You can get a Megs bucket and grit guard for £17 from Vertar.


----------



## BurnyC (Jun 8, 2010)

Agreed with Alan, I spent 17 quid on a Megs bucket and grit guard, as I couldn't really find any alternatives that would do the job! Have to admit it really is worth the purchase - the Megs bucket is really high quality, and is probably the first bucket I've had that feels like it'll last, and no break 6 months/a year down the line! Also the proper grit guard really works too, couldn't believe some of the stuff trapped under it when I first tried it out.


----------



## shaqs77 (Jun 10, 2008)

do you know who is selling the cheapest grit guards.


----------



## BurnyC (Jun 8, 2010)

When I was browsing I went on eBay to see, and ended up finding a guy who sells detailing stuff locally, and picked up a bucket and grit guard for 17 quid, so I'd say browse eBay, or type 'grit guard' into Google and click the 'shopping' tab.

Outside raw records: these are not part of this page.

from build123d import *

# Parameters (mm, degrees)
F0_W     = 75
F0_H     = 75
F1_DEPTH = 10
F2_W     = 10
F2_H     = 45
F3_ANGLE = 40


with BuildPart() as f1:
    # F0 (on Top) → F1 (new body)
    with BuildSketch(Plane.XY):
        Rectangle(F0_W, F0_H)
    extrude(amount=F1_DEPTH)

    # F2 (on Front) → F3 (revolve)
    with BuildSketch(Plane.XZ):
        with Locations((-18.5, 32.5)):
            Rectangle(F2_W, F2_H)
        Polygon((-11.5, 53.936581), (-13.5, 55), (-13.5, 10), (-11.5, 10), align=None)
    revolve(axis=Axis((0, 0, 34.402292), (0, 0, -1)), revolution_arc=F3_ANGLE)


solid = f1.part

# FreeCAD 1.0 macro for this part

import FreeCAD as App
import Part
import Sketcher
Q = App.Units.Quantity

doc = App.newDocument("Part")
params = doc.addObject("Spreadsheet::Sheet", "Params")
for row, (alias, value) in enumerate([
    ("sketch1_width", "75 mm"),
    ("pad1_length", "10 mm"),
    ("sketch2_width", "12 mm"),
    ("sketch2_width2", "10 mm"),
    ("sketch2_height", "45 mm"),
    ("revolution_angle", "40 deg"),
], start=1):
    params.set(f"A{row}", alias)
    params.set(f"B{row}", "=" + value)
    params.setAlias(f"B{row}", alias)

body = doc.addObject("PartDesign::Body", "Body")

# Sketch on XY plane
sketch1 = body.newObject("Sketcher::SketchObject", "Sketch")
sketch1.AttachmentSupport = (doc.getObject("XY_Plane"), [""])
sketch1.MapMode = "FlatFace"
sketch1.addGeometry([
    Part.LineSegment(App.Vector(-37.5, 37.5, 0), App.Vector(-37.5, -37.5, 0)),
    Part.LineSegment(App.Vector(-37.5, -37.5, 0), App.Vector(37.5, -37.5, 0)),
    Part.LineSegment(App.Vector(37.5, -37.5, 0), App.Vector(37.5, 37.5, 0)),
    Part.LineSegment(App.Vector(37.5, 37.5, 0), App.Vector(-37.5, 37.5, 0)),
], False)
sketch1.addConstraint([
    Sketcher.Constraint("Coincident", 0, 2, 1, 1),
    Sketcher.Constraint("Coincident", 1, 2, 2, 1),
    Sketcher.Constraint("Coincident", 2, 2, 3, 1),
    Sketcher.Constraint("Coincident", 3, 2, 0, 1),
    Sketcher.Constraint("Vertical", 0),
    Sketcher.Constraint("Horizontal", 1),
    Sketcher.Constraint("Vertical", 2),
    Sketcher.Constraint("Horizontal", 3),
    Sketcher.Constraint("Symmetric", 0, 2, 2, 2, -1, 1),
    Sketcher.Constraint("Equal", 3, 0),
    Sketcher.Constraint("DistanceX", 1, 1, 1, 2, Q("75 mm")),
])
sketch1.setExpression("Constraints[10]", "Params.sketch1_width")
pad1 = body.newObject("PartDesign::Pad", "Pad")
pad1.Profile = sketch1
pad1.setExpression("Length", "Params.pad1_length")

# Sketch on XZ plane
sketch2 = body.newObject("Sketcher::SketchObject", "Sketch001")
sketch2.AttachmentSupport = (doc.getObject("XZ_Plane"), [""])
sketch2.MapMode = "FlatFace"
sketch2.addGeometry([
    Part.LineSegment(App.Vector(-23.5, 55, 0), App.Vector(-23.5, 10, 0)),  # 0
    Part.LineSegment(App.Vector(-23.5, 10, 0), App.Vector(-11.5, 10, 0)),  # 1
    Part.LineSegment(App.Vector(-11.5, 10, 0), App.Vector(-11.5, 53.936581, 0)),  # 2
    Part.LineSegment(App.Vector(-11.5, 53.936581, 0), App.Vector(-13.5, 55, 0)),  # 3
    Part.LineSegment(App.Vector(-13.5, 55, 0), App.Vector(-23.5, 55, 0)),  # 4
], False)
sketch2.addConstraint([
    Sketcher.Constraint("Coincident", 0, 2, 1, 1),
    Sketcher.Constraint("Coincident", 1, 2, 2, 1),
    Sketcher.Constraint("Coincident", 2, 2, 3, 1),
    Sketcher.Constraint("Coincident", 3, 2, 4, 1),
    Sketcher.Constraint("Coincident", 4, 2, 0, 1),
    Sketcher.Constraint("Vertical", 0),
    Sketcher.Constraint("Horizontal", 1),
    Sketcher.Constraint("Vertical", 2),
    Sketcher.Constraint("Horizontal", 4),
    Sketcher.Constraint("DistanceX", 1, 1, 1, 2, Q("12 mm")),
    Sketcher.Constraint("DistanceX", 4, 2, 4, 1, Q("10 mm")),
    Sketcher.Constraint("DistanceY", 0, 2, 0, 1, Q("45 mm")),
    Sketcher.Constraint("Angle", 3, Q("151.999997 deg")),
    Sketcher.Constraint("DistanceY", -1, 1, 0, 2, Q("10 mm")),
    Sketcher.Constraint("DistanceX", 0, 2, -1, 1, Q("23.5 mm")),
])
sketch2.setExpression("Constraints[9]", "Params.sketch2_width")
sketch2.setExpression("Constraints[10]", "Params.sketch2_width2")
sketch2.setExpression("Constraints[11]", "Params.sketch2_height")
revolution = body.newObject("PartDesign::Revolution", "Revolution")
revolution.Profile = sketch2
revolution.ReferenceAxis = (sketch2, ["V_Axis"])
revolution.setExpression("Angle", "Params.revolution_angle")
revolution.Reversed = True

doc.recompute()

No idea if this has been mentioned/already aware, but you need to have a certain size bucket (American size) for it to fit properly.


----------



## GolfFanBoy (May 23, 2010)

I'm sure I read somewhere the grit guard prices were pretty much fixed because of the guy who has the patent on them. You'll likely be paying more for the grit guard than the bucket it fits in. I've got 2 of the Meguiar's buckets with guards and they are good quality.


----------